Se prohibirá que la publicidad de los alimentos haga referencia a propiedades medicinales. Si algún producto llevara un sello de advertencia, no debe incluir dibujos animados ni elementos que llamen la atención de los más chicos.

Esta ley contribuiría en la lucha contra el sobrepeso y la obesidad, una problemática que preocupa ya que según los últimos resultados de la Encuesta Nacional de Factores de Riesgo (ENFR), el 61,6% de la población tiene exceso de peso, un 36,2% tiene sobrepeso y un 25,4% obesidad.

Las ventajas de este etiquetado son: que brinda información clara y permite leer de manera práctica, lo que nos lleva a tomar la decisión de comprar o no un producto o reemplazarlo por otro.

Las desventajas están relacionadas a que no contempla el producto terminado y a los ingredientes de preparación, no menciona los aditivos alimentarios y solo indica lo negativo y no lo positivo de un producto.
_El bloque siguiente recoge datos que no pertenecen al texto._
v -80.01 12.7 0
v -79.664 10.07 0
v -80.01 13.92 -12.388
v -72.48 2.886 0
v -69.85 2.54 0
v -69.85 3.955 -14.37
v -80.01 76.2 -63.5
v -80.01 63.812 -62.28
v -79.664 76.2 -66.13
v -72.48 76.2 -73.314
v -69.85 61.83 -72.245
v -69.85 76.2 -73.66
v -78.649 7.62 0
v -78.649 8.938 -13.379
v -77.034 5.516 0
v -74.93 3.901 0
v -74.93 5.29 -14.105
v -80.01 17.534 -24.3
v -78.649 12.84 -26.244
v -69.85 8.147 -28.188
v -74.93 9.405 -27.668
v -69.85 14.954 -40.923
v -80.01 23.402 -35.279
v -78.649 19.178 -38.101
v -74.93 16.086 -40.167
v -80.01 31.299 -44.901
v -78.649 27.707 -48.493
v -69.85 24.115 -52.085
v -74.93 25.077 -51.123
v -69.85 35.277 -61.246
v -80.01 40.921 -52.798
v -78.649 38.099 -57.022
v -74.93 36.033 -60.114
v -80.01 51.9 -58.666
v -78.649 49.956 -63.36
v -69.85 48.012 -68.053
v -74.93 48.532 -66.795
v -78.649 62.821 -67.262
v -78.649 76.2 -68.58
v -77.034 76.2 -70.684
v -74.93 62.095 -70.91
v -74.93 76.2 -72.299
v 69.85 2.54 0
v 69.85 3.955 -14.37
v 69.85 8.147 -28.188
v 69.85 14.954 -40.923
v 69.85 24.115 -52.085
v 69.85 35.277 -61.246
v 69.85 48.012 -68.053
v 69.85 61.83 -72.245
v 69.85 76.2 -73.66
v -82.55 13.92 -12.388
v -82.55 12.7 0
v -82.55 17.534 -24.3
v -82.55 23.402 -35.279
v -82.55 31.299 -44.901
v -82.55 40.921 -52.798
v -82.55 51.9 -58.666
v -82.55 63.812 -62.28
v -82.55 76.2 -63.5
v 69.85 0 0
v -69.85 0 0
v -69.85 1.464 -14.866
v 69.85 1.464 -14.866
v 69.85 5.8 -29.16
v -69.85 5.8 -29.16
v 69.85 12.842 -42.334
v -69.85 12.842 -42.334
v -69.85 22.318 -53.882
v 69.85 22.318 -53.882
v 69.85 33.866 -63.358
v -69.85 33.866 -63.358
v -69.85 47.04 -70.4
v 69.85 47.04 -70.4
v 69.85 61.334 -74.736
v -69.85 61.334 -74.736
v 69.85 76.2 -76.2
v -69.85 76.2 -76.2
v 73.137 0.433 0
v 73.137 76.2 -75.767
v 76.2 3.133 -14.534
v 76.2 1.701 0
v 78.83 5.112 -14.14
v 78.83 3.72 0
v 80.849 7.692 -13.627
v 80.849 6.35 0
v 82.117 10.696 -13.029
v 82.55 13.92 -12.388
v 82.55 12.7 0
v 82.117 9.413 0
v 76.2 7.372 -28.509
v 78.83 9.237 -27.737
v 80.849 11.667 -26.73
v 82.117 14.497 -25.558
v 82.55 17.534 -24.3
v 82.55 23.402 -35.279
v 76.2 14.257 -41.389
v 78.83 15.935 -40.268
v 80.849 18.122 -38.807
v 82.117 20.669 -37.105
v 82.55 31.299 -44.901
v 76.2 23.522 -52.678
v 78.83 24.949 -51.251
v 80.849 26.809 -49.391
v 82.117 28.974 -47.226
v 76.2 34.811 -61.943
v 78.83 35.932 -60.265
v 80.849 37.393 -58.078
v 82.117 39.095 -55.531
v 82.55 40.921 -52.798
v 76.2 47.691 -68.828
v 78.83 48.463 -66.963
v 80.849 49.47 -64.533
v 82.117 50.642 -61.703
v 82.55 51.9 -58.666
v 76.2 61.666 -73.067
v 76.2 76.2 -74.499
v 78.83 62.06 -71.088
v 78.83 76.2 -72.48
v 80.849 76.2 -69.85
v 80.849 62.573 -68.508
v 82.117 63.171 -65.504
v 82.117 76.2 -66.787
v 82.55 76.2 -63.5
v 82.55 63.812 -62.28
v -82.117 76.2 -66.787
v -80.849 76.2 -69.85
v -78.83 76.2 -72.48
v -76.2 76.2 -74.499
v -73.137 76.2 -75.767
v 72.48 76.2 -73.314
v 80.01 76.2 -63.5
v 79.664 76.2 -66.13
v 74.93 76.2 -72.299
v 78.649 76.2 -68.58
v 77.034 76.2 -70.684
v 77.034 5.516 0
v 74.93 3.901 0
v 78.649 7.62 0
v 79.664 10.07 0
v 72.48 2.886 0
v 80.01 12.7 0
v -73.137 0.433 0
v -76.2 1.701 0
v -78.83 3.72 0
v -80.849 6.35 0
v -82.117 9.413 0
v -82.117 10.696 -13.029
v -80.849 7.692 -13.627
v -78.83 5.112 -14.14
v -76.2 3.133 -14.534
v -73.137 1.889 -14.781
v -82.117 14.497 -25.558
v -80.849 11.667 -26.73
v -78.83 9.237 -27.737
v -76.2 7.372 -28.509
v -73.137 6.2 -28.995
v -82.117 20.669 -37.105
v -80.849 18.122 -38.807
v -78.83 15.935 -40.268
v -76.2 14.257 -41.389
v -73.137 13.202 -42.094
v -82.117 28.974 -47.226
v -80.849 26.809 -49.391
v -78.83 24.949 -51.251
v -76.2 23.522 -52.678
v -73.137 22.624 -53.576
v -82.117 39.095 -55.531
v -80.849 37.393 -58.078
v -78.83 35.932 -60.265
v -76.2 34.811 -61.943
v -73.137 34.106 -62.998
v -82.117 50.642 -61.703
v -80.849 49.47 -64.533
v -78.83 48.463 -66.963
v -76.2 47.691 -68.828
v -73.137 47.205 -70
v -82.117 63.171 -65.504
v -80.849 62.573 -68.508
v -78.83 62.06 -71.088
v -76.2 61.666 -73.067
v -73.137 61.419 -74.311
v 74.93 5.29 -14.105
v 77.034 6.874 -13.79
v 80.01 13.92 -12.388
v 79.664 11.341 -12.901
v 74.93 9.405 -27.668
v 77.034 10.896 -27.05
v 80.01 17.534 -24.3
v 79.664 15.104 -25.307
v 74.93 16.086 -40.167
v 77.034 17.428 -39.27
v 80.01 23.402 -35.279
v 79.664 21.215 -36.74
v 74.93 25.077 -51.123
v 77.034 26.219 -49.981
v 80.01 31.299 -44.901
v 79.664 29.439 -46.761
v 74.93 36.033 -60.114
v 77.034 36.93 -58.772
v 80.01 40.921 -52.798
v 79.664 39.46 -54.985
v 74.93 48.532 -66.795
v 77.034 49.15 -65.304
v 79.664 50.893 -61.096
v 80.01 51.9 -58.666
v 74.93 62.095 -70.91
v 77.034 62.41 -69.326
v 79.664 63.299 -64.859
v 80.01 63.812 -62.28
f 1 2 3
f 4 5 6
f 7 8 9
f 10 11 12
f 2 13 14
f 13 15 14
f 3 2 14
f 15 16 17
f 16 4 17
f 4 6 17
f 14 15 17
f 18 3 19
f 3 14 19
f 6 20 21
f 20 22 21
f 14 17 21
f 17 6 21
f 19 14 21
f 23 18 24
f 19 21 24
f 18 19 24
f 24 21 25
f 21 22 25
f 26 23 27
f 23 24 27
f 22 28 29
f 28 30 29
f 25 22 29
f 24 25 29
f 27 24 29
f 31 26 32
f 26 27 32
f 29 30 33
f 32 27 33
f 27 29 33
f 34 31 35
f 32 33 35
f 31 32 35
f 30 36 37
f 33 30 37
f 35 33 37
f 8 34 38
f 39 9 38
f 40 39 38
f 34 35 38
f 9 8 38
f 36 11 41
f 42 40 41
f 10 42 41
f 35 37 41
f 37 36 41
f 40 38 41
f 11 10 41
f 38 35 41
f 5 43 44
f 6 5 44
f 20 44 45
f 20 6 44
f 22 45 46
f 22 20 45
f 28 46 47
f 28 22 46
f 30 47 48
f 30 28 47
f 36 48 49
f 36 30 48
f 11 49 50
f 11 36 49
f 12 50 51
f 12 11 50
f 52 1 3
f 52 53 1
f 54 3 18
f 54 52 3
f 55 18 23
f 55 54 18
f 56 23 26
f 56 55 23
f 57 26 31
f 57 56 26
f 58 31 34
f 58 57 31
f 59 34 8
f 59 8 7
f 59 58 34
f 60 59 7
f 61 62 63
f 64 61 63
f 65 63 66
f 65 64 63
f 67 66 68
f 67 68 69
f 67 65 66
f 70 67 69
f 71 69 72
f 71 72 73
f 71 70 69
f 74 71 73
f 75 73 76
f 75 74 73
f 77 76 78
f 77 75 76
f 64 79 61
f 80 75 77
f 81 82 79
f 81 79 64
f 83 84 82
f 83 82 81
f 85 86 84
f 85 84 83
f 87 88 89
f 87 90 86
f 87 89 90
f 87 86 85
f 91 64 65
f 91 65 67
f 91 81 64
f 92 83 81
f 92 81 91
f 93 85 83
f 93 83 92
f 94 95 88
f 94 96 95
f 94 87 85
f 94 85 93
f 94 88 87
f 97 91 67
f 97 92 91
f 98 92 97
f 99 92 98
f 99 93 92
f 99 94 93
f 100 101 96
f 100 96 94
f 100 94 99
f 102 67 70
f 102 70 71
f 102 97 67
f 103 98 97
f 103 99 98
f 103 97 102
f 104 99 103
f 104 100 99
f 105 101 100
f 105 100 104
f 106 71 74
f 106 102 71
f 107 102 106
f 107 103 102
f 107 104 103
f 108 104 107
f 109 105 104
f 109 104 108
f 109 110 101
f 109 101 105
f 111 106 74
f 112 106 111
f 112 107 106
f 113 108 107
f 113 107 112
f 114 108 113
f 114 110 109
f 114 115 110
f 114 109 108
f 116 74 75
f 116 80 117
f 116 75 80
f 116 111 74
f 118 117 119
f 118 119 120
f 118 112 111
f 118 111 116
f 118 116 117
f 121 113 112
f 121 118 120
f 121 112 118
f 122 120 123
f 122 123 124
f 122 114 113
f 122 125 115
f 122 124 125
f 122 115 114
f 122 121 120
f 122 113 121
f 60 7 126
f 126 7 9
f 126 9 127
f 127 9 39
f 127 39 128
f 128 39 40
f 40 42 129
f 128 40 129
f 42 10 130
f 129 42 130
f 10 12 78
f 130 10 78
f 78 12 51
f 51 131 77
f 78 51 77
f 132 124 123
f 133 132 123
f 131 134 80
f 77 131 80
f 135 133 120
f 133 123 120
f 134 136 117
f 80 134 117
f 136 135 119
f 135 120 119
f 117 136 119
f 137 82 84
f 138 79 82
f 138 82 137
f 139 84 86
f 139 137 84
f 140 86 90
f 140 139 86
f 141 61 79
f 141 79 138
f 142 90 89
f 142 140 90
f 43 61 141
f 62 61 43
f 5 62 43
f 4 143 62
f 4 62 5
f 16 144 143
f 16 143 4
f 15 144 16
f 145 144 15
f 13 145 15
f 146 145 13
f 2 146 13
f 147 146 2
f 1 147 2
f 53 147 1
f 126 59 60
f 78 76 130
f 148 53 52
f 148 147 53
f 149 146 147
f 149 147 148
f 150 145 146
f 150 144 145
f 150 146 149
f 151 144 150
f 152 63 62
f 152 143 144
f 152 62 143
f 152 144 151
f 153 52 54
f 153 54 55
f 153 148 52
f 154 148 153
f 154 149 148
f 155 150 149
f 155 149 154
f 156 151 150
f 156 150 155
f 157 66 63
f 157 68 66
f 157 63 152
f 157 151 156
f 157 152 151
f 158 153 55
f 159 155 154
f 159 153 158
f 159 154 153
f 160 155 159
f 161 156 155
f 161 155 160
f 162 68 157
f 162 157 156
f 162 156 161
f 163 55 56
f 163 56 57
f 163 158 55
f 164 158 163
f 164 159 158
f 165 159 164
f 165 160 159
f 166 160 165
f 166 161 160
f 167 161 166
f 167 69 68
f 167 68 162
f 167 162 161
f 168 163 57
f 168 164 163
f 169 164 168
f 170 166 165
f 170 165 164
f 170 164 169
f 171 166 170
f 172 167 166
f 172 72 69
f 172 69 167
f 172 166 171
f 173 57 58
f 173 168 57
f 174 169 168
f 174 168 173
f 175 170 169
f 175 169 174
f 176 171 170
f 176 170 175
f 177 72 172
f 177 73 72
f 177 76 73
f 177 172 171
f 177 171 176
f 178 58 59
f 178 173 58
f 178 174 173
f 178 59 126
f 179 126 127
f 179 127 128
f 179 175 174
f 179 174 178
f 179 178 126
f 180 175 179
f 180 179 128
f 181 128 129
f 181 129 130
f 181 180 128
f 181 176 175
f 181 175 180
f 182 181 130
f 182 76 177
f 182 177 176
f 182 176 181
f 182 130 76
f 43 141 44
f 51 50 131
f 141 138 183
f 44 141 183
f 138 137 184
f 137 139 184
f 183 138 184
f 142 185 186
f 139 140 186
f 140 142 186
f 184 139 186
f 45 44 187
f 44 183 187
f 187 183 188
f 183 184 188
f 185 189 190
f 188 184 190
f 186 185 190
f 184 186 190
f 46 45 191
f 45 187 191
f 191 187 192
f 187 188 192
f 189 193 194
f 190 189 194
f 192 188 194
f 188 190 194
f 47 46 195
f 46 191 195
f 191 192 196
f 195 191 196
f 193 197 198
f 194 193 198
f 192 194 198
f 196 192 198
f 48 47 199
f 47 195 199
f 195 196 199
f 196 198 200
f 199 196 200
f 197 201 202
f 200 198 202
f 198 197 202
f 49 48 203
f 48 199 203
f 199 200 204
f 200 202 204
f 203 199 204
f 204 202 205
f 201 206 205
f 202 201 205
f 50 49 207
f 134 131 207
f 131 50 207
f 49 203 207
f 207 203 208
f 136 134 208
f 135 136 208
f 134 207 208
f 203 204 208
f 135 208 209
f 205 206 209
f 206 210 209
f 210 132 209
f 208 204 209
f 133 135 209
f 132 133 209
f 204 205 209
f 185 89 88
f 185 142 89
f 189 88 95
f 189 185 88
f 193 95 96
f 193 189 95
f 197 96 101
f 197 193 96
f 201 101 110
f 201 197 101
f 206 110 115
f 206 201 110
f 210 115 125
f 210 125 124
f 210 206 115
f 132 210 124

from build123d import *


with BuildPart() as part:
    # Sweep1: sweep along a path in Sketch2
    with BuildLine(Plane(origin=(0, 0, 0), x_dir=(0, 0, -1), z_dir=(1, 0, 0))) as sweep1_path:
        ThreePointArc((0, 0), (53.881536726, 22.318463274), (76.2, 76.2))
    # Sketch1 → Sweep1 (sweep)
    with BuildSketch(Plane.XY):
        with BuildLine():
            Line((-69.85, 0), (69.85, 0))
            ThreePointArc((69.85, 0), (78.830256121, 3.719743879), (82.55, 12.7))
            Line((82.55, 12.7), (80.01, 12.7))
            ThreePointArc((80.01, 12.7), (77.034204897, 5.515795103), (69.85, 2.54))
            Line((69.85, 2.54), (-69.85, 2.54))
            ThreePointArc((-69.85, 2.54), (-77.034204897, 5.515795103), (-80.01, 12.7))
            Line((-80.01, 12.7), (-82.55, 12.7))
            ThreePointArc((-82.55, 12.7), (-78.830256121, 3.719743879), (-69.85, 0))
        make_face()
    sweep(path=sweep1_path.line)


solid = part.part
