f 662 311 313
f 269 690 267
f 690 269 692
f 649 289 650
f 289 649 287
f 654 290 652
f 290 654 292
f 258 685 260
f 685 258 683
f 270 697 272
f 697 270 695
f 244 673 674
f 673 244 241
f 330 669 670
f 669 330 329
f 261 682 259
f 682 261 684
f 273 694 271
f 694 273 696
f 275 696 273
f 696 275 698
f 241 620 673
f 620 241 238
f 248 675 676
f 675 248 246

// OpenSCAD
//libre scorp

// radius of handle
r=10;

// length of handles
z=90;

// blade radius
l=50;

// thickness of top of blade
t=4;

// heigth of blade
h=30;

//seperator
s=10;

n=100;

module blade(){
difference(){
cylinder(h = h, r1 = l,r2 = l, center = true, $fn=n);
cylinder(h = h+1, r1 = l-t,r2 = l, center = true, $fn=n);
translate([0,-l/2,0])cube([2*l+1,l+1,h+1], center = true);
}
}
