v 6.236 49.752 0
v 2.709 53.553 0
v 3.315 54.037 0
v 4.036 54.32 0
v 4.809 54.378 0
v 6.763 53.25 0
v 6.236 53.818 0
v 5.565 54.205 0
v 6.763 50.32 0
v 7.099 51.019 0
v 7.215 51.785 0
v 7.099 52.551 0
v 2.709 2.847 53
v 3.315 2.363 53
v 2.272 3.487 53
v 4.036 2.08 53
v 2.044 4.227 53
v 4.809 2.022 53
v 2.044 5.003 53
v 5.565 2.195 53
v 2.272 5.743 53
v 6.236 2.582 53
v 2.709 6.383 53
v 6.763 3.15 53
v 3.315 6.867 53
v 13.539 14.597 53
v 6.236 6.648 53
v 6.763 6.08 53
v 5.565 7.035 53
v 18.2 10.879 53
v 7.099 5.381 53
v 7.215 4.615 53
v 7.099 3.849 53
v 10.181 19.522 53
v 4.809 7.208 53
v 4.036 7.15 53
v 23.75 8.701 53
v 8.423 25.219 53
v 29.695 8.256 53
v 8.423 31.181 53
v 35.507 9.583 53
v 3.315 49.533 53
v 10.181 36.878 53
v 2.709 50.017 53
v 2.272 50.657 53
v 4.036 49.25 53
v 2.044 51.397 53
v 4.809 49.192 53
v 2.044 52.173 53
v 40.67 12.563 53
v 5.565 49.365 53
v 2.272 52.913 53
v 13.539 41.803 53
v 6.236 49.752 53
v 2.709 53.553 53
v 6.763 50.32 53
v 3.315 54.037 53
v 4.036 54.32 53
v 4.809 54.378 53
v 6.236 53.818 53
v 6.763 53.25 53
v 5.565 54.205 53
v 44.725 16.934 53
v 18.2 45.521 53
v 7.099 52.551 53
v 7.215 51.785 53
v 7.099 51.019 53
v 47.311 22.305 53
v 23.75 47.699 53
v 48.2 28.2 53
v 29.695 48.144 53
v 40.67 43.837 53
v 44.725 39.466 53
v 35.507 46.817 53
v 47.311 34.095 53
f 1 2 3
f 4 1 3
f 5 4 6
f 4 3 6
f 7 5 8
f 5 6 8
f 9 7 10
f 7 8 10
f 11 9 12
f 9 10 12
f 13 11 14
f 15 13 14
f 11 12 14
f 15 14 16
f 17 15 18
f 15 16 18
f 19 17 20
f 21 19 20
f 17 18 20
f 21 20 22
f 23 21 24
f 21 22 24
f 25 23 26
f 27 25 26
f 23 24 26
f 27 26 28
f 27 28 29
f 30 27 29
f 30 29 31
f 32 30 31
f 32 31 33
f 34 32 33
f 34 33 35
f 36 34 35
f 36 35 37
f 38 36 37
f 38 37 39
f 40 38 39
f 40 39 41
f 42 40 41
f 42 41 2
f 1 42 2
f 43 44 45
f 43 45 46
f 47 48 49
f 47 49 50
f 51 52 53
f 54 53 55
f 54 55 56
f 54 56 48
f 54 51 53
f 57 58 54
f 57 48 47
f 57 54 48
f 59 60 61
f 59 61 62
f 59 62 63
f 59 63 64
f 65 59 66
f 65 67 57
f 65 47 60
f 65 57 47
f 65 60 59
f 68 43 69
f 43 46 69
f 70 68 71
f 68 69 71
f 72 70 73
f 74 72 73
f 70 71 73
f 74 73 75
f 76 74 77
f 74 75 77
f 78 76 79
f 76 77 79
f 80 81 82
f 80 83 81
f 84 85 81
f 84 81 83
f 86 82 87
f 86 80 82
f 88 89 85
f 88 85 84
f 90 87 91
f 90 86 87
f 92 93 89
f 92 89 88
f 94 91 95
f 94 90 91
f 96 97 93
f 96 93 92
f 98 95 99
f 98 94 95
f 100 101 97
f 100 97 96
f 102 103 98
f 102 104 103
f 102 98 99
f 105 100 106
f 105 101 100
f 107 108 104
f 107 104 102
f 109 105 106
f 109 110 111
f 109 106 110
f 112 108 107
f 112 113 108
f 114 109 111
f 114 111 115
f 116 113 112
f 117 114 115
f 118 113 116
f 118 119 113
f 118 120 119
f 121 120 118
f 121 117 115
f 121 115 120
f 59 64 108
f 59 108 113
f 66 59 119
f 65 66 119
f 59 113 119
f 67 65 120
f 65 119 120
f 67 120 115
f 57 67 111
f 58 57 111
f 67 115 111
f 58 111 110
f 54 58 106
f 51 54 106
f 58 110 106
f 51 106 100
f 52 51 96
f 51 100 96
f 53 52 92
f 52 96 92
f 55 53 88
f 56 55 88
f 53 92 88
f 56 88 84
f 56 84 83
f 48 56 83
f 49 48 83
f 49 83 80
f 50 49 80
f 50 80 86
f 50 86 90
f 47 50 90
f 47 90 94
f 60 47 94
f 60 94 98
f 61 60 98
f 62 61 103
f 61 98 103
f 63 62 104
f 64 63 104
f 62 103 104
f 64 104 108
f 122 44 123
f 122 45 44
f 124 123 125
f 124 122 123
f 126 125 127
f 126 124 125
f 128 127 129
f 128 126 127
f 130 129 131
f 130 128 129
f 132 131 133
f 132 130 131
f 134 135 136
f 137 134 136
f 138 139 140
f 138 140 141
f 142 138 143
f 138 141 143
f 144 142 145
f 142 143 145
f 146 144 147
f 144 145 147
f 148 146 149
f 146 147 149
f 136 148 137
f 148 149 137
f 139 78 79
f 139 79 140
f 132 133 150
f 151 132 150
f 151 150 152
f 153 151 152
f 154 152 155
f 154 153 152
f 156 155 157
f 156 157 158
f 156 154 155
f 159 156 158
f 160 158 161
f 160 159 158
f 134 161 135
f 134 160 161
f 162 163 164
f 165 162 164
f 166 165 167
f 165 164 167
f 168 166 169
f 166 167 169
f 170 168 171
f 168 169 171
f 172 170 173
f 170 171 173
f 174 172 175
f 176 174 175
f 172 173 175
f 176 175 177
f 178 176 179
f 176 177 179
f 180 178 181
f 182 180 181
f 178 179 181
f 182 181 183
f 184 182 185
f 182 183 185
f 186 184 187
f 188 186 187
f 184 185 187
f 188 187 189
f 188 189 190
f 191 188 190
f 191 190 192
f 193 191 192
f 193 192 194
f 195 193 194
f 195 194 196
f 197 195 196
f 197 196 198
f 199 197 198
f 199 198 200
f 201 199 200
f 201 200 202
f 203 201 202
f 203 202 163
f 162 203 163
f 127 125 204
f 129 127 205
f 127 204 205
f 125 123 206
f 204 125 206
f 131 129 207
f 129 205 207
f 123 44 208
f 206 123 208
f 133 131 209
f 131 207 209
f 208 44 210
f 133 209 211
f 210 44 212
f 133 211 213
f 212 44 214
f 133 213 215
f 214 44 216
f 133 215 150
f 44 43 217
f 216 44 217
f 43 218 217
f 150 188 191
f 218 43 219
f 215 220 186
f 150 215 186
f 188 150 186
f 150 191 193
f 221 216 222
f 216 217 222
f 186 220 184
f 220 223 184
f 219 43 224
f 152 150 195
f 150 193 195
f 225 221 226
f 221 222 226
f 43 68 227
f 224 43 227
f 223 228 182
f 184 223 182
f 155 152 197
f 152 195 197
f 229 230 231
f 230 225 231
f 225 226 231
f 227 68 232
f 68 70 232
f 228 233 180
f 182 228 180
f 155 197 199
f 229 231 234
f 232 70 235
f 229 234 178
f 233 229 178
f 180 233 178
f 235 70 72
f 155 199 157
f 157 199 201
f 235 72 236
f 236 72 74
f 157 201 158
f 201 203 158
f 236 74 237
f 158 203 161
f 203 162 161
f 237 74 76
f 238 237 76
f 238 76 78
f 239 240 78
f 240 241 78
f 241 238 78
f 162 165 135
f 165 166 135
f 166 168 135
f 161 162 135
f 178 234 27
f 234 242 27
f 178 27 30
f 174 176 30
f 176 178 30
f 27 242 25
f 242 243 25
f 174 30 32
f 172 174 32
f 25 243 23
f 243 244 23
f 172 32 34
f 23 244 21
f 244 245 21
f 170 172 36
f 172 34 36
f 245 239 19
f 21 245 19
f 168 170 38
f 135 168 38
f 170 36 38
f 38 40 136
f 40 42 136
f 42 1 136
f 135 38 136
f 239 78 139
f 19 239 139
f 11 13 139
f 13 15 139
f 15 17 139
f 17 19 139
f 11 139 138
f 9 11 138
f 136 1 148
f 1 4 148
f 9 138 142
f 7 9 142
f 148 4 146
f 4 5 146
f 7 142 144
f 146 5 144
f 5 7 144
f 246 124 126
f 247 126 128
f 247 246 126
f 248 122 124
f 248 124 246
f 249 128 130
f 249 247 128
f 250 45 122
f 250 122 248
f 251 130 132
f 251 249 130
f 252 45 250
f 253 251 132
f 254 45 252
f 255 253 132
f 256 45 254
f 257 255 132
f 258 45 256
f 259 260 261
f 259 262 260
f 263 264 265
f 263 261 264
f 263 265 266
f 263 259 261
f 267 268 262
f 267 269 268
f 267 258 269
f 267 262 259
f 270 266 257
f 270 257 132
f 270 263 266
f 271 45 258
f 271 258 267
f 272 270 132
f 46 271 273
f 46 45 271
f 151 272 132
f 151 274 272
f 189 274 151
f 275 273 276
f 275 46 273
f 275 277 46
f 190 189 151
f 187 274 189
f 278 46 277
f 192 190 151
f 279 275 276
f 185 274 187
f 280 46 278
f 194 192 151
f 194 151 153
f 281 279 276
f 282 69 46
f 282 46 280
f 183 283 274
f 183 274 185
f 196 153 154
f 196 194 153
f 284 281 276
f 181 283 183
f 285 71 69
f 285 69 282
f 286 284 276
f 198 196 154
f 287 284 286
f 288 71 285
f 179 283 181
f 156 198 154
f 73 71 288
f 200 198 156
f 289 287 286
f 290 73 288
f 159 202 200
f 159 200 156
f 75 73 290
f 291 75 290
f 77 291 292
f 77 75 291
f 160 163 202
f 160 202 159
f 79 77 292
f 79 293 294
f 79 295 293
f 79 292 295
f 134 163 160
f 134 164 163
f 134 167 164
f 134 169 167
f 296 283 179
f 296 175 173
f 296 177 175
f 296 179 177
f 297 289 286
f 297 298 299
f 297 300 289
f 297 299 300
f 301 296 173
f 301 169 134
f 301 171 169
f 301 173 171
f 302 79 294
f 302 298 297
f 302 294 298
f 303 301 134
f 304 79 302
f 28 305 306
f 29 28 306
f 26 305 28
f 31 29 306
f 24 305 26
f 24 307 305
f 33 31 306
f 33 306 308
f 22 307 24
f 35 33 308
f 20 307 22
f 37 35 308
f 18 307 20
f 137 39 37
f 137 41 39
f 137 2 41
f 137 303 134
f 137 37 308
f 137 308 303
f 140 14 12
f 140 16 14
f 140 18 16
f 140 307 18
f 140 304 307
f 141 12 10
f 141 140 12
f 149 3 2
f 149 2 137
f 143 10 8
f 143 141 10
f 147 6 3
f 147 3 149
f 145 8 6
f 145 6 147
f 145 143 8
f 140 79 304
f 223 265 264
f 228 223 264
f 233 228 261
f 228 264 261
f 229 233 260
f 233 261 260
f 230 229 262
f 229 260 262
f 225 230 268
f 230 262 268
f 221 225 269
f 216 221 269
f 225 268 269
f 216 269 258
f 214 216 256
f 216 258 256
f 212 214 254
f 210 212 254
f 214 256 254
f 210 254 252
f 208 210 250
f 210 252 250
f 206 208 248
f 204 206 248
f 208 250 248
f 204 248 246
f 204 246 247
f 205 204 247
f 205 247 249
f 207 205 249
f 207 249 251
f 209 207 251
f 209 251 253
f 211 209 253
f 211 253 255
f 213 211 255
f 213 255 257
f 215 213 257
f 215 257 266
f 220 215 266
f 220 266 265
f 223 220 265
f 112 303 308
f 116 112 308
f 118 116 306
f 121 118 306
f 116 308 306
Si comparamos otros países como Chile, donde desde 2016 se ha implementado la ley de etiquetado frontal, podemos observar que cuando el consumidor tiene disponible delante de sus ojos la información nutricional tiene más herramientas para elegir qué comprar.

Una vez que se implemente esta ley vamos a poder destacar aspectos positivos como la adecuación de muchos alimentos procesados a los requisitos de la ley, reduciendo los contenidos de grasas, azúcar y sal.

Es importante que a este cambio se lo acompañe con campañas y educación alimentaria para que toda la población conozca elecciones al comprar un producto. Muchos saben que existen nutrientes críticos que consumiéndolos en exceso tienen incidencia en enfermedades crónicas no transmisibles. Pero no cuentan con herramientas para detectar y saber si la calidad del producto que están adquiriendo es perjudicial para su salud o si la cantidad que consumen están dentro de los valores adecuados.

Si no educamos a la población desde enseñarles a leer un etiquetado nutricional, listado de ingredientes, aditivos alimentarios, hasta alimentarse en forma saludable, a pesar de que esta ley se apruebe, continuará la demanda por alimentos muy poco sanos, que lamentablemente son los que más consumimos los argentinos.